:: Extracted records ::

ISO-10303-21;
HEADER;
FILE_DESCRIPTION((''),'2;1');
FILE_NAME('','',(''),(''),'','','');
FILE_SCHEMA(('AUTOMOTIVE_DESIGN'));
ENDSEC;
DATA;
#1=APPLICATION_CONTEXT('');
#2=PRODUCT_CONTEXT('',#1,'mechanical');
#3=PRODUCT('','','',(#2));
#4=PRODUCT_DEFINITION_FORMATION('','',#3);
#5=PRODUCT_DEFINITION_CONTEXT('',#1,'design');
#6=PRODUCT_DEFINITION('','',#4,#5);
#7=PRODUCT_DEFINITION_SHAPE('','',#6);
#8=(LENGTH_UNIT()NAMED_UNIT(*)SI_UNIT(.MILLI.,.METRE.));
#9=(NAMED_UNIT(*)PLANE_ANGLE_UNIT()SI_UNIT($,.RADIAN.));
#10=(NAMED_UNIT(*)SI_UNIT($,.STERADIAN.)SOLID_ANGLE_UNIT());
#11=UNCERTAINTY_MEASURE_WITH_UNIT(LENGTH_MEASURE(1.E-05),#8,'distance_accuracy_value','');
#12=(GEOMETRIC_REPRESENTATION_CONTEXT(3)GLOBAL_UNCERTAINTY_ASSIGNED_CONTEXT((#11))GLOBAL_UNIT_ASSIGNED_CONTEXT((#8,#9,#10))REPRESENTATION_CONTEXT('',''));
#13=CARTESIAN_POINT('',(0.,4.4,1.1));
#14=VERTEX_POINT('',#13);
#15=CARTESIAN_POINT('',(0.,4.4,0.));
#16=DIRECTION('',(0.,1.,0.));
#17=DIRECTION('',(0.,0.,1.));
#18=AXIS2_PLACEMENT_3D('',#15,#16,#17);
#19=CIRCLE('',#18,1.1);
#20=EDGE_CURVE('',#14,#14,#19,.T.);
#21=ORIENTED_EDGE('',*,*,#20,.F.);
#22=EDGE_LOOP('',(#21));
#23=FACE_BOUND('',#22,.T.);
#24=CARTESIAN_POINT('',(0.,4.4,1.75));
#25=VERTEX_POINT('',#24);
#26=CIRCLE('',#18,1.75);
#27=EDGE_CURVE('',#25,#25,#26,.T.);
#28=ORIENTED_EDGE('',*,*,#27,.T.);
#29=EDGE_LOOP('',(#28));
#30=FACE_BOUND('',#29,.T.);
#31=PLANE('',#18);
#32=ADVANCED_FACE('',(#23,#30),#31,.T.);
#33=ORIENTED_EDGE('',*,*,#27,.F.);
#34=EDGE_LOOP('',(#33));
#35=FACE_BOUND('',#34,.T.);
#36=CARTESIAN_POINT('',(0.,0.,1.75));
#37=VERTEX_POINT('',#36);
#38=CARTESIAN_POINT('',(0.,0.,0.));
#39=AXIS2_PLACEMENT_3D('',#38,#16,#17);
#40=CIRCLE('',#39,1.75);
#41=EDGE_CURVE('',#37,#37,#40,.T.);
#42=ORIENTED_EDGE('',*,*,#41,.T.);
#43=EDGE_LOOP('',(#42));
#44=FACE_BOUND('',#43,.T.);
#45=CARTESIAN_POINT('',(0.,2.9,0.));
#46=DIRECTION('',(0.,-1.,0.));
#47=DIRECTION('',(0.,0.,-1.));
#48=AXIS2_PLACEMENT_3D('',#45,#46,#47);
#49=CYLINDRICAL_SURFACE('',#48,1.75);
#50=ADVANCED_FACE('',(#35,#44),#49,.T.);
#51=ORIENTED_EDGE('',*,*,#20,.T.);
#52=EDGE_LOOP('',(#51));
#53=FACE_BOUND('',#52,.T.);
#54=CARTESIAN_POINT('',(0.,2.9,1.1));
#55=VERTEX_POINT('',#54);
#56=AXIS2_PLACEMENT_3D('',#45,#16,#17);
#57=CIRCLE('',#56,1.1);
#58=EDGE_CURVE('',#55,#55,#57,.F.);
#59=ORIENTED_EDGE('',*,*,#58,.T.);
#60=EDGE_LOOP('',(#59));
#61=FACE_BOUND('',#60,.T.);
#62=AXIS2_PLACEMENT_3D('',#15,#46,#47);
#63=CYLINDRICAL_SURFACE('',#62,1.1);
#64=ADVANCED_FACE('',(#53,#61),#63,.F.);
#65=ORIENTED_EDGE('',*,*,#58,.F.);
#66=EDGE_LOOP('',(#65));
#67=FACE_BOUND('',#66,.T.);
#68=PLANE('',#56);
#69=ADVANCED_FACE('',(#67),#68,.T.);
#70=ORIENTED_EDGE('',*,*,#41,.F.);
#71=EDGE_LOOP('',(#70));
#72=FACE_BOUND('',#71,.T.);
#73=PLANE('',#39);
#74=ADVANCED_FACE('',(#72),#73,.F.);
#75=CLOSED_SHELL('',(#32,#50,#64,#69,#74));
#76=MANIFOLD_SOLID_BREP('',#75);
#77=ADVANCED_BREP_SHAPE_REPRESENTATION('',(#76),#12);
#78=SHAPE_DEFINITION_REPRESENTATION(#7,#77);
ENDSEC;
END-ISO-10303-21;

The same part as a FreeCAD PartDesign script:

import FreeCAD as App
import Part
import Sketcher
from FreeCAD import Vector
Q = App.Units.Quantity

doc = App.newDocument("Part")
body = doc.addObject("PartDesign::Body", "Body")

sketch1 = body.newObject("Sketcher::SketchObject", "Sketch")
sketch1.AttachmentSupport = (doc.getObject("XZ_Plane"), [""])
sketch1.MapMode = "FlatFace"
sketch1.addGeometry(Part.Circle(Vector(0, 0, 0), Vector(0, 0, 1), 1.75), False)
sketch1.addConstraint([
    Sketcher.Constraint("Coincident", 0, 3, -1, 1),
    Sketcher.Constraint("Diameter", 0, Q("3.5 mm")),
])
pad1 = body.newObject("PartDesign::Pad", "Pad")
pad1.Profile = sketch1
pad1.Length = 2.9
pad1.Reversed = True

sketch2 = body.newObject("Sketcher::SketchObject", "Sketch001")
sketch2.AttachmentSupport = (doc.getObject("XZ_Plane"), [""])
sketch2.MapMode = "FlatFace"
sketch2.AttachmentOffset = App.Placement(Vector(0, 0, -2.9), App.Rotation())
sketch2.addGeometry([
    Part.Circle(Vector(0, 0, 0), Vector(0, 0, 1), 1.75),
    Part.Circle(Vector(0, 0, 0), Vector(0, 0, 1), 1.1),
], False)
sketch2.addConstraint([
    Sketcher.Constraint("Coincident", 0, 3, -1, 1),
    Sketcher.Constraint("Coincident", 1, 3, -1, 1),
    Sketcher.Constraint("Diameter", 0, Q("3.5 mm")),
    Sketcher.Constraint("Diameter", 1, Q("2.2 mm")),
])
pad2 = body.newObject("PartDesign::Pad", "Pad001")
pad2.Profile = sketch2
pad2.Length = 1.5
pad2.Reversed = True

doc.recompute()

:::

• Task description:
Restate word for word the lines above, beginning at the first one and ending at the line that carries "#9=(NAMED_UNIT(*)PLANE_ANGLE_UNIT()SI_UNIT($,.RADIAN.));".

• Response:
ISO-10303-21;
HEADER;
FILE_DESCRIPTION((''),'2;1');
FILE_NAME('','',(''),(''),'','','');
FILE_SCHEMA(('AUTOMOTIVE_DESIGN'));
ENDSEC;
DATA;
#1=APPLICATION_CONTEXT('');
#2=PRODUCT_CONTEXT('',#1,'mechanical');
#3=PRODUCT('','','',(#2));
#4=PRODUCT_DEFINITION_FORMATION('','',#3);
#5=PRODUCT_DEFINITION_CONTEXT('',#1,'design');
#6=PRODUCT_DEFINITION('','',#4,#5);
#7=PRODUCT_DEFINITION_SHAPE('','',#6);
#8=(LENGTH_UNIT()NAMED_UNIT(*)SI_UNIT(.MILLI.,.METRE.));
#9=(NAMED_UNIT(*)PLANE_ANGLE_UNIT()SI_UNIT($,.RADIAN.));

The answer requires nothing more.